Die Nachlässigkeit des Unternehmens oder das Erkennen von Risiken kann zur Eröffnung eines Sicherheitsprotokolls führen. Mit dem Start des Verfahrens könnten Plattformen für Versäumnisse bei Nutzerbeschwerden gegen kriminelle Inhalte in sozialen Netzwerken zur Verantwortung gezogen werden. Auch die Moderation von Inhalten ist in dem Gesetzentwurf vorgesehen. Dem Text zufolge muss das Verfahren den „Grundsätzen der Notwendigkeit, der Verhältnismäßigkeit und der Nichtdiskriminierung“ entsprechen. Außerdem wird festgelegt, dass Entscheidungen über Veröffentlichungen den Nutzern unter Angabe der Gründe für die Maßnahme und der Rechtsmittelmechanismen mitgeteilt werden müssen.
Gerichtliche Entscheidungen
Der Vorschlag sieht vor, dass digitale Plattformen gerichtlichen Entscheidungen zur Löschung strafbarer Inhalte innerhalb von 24 Stunden nachkommen müssen.

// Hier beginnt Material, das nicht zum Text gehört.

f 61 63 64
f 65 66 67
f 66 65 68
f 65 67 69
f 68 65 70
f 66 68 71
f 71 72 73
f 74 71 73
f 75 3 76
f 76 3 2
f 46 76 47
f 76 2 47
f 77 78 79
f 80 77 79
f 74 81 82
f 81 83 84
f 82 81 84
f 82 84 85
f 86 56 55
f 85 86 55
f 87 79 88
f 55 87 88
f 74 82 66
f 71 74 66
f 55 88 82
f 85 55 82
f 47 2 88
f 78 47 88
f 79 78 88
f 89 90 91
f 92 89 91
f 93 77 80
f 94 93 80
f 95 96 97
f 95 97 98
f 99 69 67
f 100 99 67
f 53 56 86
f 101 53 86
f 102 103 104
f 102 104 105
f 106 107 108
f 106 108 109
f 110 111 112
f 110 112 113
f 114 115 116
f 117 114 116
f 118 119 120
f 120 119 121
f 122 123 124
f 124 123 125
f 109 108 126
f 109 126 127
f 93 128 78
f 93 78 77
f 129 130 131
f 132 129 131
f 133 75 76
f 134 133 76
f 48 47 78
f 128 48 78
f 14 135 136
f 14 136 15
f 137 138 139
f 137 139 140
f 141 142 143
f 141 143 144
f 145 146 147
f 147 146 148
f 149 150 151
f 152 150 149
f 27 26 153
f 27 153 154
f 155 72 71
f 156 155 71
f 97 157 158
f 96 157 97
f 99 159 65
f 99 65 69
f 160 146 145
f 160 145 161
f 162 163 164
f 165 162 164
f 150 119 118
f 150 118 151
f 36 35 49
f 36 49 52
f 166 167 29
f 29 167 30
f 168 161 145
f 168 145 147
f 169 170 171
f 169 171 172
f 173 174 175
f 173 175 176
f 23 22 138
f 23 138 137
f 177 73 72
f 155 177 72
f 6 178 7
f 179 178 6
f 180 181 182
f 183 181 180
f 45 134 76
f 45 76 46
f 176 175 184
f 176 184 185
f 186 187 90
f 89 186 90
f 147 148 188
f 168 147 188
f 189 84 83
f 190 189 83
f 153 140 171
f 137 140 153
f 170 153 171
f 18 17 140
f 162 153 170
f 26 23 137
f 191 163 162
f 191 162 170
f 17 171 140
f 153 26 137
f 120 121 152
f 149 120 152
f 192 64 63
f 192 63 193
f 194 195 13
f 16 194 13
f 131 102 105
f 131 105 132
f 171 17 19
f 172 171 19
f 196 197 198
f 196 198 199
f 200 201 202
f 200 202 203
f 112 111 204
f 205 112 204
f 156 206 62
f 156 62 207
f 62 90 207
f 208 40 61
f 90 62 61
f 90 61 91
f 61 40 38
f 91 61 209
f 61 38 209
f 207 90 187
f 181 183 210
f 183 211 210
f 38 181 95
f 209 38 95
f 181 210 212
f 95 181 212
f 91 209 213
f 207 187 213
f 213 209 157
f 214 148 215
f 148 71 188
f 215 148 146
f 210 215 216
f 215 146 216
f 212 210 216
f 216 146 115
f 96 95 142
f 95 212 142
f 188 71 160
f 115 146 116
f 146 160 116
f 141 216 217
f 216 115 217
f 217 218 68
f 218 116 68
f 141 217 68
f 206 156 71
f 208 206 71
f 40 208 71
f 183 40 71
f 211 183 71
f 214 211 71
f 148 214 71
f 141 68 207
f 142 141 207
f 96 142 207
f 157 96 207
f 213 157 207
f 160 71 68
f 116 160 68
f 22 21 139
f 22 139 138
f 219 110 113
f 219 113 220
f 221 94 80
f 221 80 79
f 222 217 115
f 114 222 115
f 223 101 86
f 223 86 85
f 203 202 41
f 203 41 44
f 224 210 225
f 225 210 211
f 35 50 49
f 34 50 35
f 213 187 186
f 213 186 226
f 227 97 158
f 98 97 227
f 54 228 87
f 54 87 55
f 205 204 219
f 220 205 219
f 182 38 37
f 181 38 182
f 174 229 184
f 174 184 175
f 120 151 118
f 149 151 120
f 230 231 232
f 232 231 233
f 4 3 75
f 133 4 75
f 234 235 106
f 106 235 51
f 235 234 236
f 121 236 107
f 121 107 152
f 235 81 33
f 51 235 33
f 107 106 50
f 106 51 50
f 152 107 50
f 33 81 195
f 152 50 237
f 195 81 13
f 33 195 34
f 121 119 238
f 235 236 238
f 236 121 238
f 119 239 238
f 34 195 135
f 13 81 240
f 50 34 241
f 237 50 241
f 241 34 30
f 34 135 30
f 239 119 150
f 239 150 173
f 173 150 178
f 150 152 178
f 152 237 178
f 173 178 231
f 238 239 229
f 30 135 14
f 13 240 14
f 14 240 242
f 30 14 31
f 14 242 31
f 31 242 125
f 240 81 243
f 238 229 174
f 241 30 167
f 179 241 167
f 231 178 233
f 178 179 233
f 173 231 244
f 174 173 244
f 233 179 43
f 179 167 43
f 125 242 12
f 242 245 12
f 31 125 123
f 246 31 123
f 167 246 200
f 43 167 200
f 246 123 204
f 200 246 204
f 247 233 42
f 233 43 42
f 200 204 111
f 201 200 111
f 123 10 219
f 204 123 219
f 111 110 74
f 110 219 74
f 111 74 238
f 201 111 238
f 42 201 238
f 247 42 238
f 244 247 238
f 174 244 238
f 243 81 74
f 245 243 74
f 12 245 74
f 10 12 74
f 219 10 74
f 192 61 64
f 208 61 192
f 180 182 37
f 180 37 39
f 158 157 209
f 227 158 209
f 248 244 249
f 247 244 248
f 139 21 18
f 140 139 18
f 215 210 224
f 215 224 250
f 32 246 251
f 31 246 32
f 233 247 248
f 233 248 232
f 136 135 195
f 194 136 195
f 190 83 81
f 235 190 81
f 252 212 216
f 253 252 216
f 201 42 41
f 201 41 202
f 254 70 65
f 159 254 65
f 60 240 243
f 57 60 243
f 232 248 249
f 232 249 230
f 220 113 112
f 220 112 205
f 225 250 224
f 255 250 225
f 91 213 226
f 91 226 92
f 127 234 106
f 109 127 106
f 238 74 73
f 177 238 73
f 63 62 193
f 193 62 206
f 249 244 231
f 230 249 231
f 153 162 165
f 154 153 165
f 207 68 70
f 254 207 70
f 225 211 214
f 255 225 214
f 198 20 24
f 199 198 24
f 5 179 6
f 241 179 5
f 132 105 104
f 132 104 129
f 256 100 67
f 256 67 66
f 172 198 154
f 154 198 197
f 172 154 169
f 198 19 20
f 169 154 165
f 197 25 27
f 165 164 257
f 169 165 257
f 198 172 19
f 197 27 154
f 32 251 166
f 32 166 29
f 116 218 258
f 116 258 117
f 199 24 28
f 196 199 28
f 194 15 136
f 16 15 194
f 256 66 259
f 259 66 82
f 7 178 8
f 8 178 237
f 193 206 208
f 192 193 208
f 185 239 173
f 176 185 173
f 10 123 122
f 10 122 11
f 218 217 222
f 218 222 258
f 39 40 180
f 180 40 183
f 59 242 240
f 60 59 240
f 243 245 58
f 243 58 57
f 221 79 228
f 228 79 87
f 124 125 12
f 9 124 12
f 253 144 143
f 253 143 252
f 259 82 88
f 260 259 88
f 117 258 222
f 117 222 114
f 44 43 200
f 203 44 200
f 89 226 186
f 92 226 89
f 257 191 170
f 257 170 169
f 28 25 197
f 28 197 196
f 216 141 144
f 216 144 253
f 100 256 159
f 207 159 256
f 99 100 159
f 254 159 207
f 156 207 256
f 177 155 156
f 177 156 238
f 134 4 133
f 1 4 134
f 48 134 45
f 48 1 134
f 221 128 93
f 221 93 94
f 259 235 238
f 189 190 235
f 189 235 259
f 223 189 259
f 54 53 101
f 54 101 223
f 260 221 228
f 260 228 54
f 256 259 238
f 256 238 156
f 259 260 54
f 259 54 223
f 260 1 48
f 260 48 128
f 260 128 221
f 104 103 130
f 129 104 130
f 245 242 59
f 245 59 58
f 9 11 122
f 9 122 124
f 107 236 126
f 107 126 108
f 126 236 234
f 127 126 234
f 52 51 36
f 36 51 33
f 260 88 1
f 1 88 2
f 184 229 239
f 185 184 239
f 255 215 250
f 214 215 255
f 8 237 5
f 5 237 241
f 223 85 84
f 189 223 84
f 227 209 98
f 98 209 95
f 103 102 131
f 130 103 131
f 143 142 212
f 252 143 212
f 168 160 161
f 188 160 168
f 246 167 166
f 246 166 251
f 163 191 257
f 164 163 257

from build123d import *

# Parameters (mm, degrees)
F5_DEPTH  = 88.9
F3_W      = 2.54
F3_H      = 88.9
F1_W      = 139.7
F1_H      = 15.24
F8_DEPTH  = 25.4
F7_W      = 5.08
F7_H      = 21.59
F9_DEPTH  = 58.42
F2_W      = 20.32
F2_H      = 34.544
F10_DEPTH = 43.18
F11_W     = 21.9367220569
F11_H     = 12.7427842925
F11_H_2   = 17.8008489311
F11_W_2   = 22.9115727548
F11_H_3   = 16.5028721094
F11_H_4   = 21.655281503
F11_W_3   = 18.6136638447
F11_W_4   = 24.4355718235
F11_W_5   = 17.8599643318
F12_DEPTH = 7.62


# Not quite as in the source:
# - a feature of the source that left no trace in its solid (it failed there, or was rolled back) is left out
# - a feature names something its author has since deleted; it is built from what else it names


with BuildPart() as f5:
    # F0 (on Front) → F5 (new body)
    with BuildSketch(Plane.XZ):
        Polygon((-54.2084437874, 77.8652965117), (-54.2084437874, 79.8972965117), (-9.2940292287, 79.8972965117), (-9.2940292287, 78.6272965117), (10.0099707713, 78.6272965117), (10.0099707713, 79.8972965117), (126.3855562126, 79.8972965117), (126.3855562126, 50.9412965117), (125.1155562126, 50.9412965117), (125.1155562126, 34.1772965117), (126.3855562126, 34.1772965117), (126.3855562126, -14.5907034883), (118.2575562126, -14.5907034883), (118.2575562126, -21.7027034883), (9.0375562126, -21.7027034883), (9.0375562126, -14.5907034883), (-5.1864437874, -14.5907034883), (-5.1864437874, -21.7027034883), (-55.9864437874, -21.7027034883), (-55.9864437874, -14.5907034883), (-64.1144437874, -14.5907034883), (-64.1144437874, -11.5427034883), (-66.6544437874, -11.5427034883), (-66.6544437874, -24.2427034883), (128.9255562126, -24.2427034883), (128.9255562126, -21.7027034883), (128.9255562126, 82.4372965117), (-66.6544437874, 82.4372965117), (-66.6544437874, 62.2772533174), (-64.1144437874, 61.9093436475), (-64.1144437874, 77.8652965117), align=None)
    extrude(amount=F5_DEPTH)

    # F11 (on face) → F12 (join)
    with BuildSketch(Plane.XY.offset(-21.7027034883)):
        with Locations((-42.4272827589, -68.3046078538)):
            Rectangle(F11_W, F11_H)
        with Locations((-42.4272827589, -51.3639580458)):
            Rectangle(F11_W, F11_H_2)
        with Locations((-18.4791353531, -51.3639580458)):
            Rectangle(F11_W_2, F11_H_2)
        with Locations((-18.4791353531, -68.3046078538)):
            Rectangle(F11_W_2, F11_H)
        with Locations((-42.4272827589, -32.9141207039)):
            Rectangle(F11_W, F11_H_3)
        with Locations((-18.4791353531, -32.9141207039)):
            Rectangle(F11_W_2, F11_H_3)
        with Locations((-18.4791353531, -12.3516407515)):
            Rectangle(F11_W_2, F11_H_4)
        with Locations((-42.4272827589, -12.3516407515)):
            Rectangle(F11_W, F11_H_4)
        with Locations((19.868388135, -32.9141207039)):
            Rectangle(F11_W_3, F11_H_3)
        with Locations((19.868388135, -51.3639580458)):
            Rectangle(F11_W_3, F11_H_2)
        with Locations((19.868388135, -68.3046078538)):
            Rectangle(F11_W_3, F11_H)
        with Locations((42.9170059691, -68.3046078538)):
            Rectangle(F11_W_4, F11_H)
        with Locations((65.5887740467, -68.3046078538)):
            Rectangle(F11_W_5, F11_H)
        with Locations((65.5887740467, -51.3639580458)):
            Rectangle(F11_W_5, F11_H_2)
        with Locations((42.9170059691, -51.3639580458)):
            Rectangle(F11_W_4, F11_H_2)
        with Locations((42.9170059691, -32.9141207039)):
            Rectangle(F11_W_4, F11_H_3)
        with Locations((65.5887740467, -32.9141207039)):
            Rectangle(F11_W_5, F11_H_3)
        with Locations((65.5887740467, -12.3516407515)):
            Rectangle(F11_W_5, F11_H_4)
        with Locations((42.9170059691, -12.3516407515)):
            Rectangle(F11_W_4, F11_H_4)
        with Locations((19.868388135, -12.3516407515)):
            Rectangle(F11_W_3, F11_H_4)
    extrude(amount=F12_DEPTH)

Die Nichteinhaltung kann mit einer Geldstrafe von bis zu 200.000 US-Dollar pro Stunde geahndet werden, die sich verdreifachen kann, wenn der Inhalt durch bezahlte Mittel aufgewertet wurde. Die entfernten Beiträge und die Zugangsdaten des Nutzers, der für den Inhalt verantwortlich ist, müssen sechs Monate lang gespeichert werden. Dem Text zufolge muss die Plattform Beweise für eine Bedrohung des Lebens einer Person den Behörden melden.